En este sentido, evaluar las curules de paz únicamente en términos de éxito o fracaso resulta una simplificación excesiva. Si bien el partido surgido de la desmovilización guerrillera no logró consolidarse como una fuerza electoral significativa ni transformar profundamente la agenda legislativa del país, sí cumplió uno de los objetivos fundamentales del acuerdo: sustituir la confrontación armada por la participación política institucional. La presencia de antiguos combatientes en el Congreso, actuando dentro de las reglas de la democracia, constituye en sí misma una transformación significativa en la historia política reciente de Colombia.
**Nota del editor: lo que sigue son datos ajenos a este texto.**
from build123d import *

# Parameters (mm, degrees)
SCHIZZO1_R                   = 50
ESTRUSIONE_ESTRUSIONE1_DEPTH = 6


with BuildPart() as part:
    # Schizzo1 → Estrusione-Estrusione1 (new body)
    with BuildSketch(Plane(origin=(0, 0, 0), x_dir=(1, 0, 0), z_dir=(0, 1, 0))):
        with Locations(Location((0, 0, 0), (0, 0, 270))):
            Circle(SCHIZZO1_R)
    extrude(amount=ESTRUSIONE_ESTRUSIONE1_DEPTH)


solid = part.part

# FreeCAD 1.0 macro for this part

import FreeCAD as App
import Part
import Sketcher
from FreeCAD import Vector

doc = App.newDocument("Part")
body = doc.addObject("PartDesign::Body", "Body")

# Sketch on XZ plane
sketch1 = body.newObject("Sketcher::SketchObject", "Sketch")
sketch1.AttachmentSupport = (doc.getObject("XZ_Plane"), [""])
sketch1.MapMode = "FlatFace"
sketch1.addGeometry(Part.Circle(Vector(0, 0, 0), Vector(0, 0, 1), 50), False)
sketch1.addConstraint([
    Sketcher.Constraint("Coincident", 0, 3, -1, 1),
    Sketcher.Constraint("Diameter", 0, 100.0),
])
pad1 = body.newObject("PartDesign::Pad", "Pad")
pad1.Profile = sketch1
pad1.Length = 6
pad1.Reversed = True

doc.recompute()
Por ello, más que hablar de un fracaso rotundo, resulta más apropiado entender este proceso como una experiencia con resultados limitados y múltiples obstáculos estructurales. La construcción de paz en sociedades que han vivido conflictos prolongados rara vez produce resultados inmediatos o plenamente satisfactorios.
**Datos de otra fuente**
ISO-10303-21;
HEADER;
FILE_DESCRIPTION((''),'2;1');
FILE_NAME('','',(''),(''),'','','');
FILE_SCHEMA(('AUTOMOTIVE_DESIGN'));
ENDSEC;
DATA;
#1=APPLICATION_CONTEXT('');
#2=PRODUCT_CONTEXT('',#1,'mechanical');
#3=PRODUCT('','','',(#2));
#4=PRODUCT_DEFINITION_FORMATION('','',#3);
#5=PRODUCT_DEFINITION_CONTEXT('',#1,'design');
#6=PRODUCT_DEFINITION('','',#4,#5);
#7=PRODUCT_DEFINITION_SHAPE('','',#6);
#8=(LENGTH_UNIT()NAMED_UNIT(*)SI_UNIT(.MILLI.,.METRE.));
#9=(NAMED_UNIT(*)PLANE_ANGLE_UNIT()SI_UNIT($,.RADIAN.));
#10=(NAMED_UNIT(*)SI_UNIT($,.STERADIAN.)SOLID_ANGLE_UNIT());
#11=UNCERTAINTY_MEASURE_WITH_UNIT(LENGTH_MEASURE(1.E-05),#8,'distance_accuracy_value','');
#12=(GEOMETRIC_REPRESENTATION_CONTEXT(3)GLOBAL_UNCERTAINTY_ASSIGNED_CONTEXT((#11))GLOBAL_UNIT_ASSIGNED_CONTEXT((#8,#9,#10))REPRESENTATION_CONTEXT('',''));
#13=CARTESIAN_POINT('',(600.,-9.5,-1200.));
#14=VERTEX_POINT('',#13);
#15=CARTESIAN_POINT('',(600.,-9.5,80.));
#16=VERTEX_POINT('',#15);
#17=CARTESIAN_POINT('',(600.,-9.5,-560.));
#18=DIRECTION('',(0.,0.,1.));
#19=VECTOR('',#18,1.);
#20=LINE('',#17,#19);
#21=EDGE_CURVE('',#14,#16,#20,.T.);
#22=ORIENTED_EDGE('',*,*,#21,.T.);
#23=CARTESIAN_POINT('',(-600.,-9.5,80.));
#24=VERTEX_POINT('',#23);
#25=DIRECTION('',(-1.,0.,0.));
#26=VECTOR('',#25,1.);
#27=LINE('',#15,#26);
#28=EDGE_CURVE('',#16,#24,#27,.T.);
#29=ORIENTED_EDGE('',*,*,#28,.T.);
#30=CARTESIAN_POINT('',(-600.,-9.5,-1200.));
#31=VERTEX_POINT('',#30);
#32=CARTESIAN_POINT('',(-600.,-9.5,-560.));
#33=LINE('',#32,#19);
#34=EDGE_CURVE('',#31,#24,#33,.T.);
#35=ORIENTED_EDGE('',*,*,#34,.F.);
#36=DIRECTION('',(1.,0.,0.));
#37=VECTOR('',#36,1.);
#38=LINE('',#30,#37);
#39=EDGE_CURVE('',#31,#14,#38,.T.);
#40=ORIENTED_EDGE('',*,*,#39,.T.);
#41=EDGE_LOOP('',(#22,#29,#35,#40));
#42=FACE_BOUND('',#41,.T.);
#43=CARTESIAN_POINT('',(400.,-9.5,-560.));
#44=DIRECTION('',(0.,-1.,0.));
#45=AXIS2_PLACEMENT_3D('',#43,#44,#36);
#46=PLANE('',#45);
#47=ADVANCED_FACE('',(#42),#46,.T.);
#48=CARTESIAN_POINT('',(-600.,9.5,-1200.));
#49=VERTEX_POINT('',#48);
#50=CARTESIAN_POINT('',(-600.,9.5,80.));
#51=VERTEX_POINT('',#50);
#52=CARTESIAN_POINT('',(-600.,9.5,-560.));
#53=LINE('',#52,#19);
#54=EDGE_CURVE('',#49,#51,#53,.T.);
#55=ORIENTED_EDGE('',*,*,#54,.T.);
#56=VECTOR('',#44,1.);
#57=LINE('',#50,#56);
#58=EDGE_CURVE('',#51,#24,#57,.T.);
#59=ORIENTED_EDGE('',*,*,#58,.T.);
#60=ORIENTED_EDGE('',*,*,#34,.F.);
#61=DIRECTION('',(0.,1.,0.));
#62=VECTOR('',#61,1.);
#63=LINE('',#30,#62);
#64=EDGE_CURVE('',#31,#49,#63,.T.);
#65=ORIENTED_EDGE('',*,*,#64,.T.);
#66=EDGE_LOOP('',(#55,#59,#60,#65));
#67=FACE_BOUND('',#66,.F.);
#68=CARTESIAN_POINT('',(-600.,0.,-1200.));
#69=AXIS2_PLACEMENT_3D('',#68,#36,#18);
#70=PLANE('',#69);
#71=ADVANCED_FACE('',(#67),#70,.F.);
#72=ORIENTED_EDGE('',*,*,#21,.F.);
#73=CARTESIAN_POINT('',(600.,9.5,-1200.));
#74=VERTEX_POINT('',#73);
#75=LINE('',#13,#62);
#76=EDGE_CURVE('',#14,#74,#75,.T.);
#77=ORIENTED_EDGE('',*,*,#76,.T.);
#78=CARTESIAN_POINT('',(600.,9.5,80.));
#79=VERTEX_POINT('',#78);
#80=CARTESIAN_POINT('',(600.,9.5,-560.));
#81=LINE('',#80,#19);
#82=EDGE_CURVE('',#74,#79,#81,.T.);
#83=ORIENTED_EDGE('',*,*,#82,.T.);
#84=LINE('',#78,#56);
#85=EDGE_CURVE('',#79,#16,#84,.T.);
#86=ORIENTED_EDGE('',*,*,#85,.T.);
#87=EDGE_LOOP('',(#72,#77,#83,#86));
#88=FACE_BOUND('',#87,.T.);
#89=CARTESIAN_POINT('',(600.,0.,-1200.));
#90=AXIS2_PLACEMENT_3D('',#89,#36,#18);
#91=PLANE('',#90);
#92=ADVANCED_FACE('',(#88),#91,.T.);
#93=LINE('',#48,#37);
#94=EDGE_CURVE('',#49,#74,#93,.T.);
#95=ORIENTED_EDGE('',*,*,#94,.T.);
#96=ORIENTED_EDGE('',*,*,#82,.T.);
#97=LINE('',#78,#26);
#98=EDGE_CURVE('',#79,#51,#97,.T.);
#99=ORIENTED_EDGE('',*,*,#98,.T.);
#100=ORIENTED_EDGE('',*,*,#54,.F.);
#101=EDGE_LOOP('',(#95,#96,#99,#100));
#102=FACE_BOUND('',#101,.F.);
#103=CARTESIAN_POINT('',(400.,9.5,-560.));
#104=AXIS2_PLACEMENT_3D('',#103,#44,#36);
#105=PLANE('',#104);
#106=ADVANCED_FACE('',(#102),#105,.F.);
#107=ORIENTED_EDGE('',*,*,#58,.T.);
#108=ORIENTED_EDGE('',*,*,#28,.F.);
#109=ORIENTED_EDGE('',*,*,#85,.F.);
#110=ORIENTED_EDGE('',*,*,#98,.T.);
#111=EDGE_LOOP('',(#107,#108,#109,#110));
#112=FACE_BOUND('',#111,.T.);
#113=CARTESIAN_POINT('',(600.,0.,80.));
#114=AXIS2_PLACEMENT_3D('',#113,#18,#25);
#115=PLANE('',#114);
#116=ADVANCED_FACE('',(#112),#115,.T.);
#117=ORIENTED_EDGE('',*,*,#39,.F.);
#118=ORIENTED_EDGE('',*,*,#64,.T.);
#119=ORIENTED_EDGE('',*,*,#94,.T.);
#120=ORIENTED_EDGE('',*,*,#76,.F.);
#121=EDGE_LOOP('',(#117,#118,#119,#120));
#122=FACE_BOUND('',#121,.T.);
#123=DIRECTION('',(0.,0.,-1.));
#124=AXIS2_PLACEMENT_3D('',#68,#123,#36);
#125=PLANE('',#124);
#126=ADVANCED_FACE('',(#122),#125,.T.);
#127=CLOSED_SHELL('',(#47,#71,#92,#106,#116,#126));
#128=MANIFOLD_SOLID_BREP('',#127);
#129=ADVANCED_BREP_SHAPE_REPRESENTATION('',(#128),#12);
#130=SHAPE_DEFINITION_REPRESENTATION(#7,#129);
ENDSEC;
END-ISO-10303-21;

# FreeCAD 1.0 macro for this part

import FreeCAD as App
import Part
import Sketcher

doc = App.newDocument("Part")
body = doc.addObject("PartDesign::Body", "Body")

# Sketch on XZ plane
sketch1 = doc.addObject("Sketcher::SketchObject", "Sketch")
body.addObject(sketch1)
sketch1.AttachmentSupport = (doc.XZ_Plane, [""])
sketch1.MapMode = "FlatFace"
sketch1.addGeometry([
    Part.LineSegment(App.Vector(600, -1200, 0), App.Vector(600, 80, 0)),
    Part.LineSegment(App.Vector(600, 80, 0), App.Vector(-600, 80, 0)),
    Part.LineSegment(App.Vector(-600, 80, 0), App.Vector(-600, -1200, 0)),
    Part.LineSegment(App.Vector(-600, -1200, 0), App.Vector(600, -1200, 0)),
], False)
sketch1.addConstraint([
    Sketcher.Constraint("Coincident", 0, 2, 1, 1),
    Sketcher.Constraint("Coincident", 1, 2, 2, 1),
    Sketcher.Constraint("Coincident", 2, 2, 3, 1),
    Sketcher.Constraint("Coincident", 3, 2, 0, 1),
    Sketcher.Constraint("Vertical", 0),
    Sketcher.Constraint("Horizontal", 1),
    Sketcher.Constraint("Vertical", 2),
    Sketcher.Constraint("Horizontal", 3),
    Sketcher.Constraint("DistanceX", 1, 2, 1, 1, 1200.0),
    Sketcher.Constraint("DistanceY", 0, 1, 0, 2, 1280.0),
    Sketcher.Constraint("DistanceX", -1, 1, 0, 2, 600.0),
    Sketcher.Constraint("DistanceY", -1, 1, 0, 2, 80.0),
])
pad1 = doc.addObject("PartDesign::Pad", "Pad")
body.addObject(pad1)
pad1.Profile = sketch1
pad1.Length = 19
pad1.Midplane = True

doc.recompute()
En última instancia, la reflexión que deja este proceso es profundamente política y ética. En un país como Colombia, marcado por décadas de guerra interna, apostar por la paz siempre implicará riesgos, tensiones e incluso errores. Sin embargo, incluso con sus imperfecciones, el intento de transformar las armas en participación política sigue siendo una alternativa más deseable que la perpetuación de la violencia como mecanismo de disputa del poder. En ese sentido, quizá la lección más importante no sea determinar si las curules de paz fracasaron o no, sino reconocer que la consolidación de la paz requiere algo más que acuerdos firmados: exige voluntad política sostenida, cumplimiento institucional y, sobre todo, una sociedad dispuesta a transformar gradualmente las heridas del pasado en posibilidades de reconciliación futura.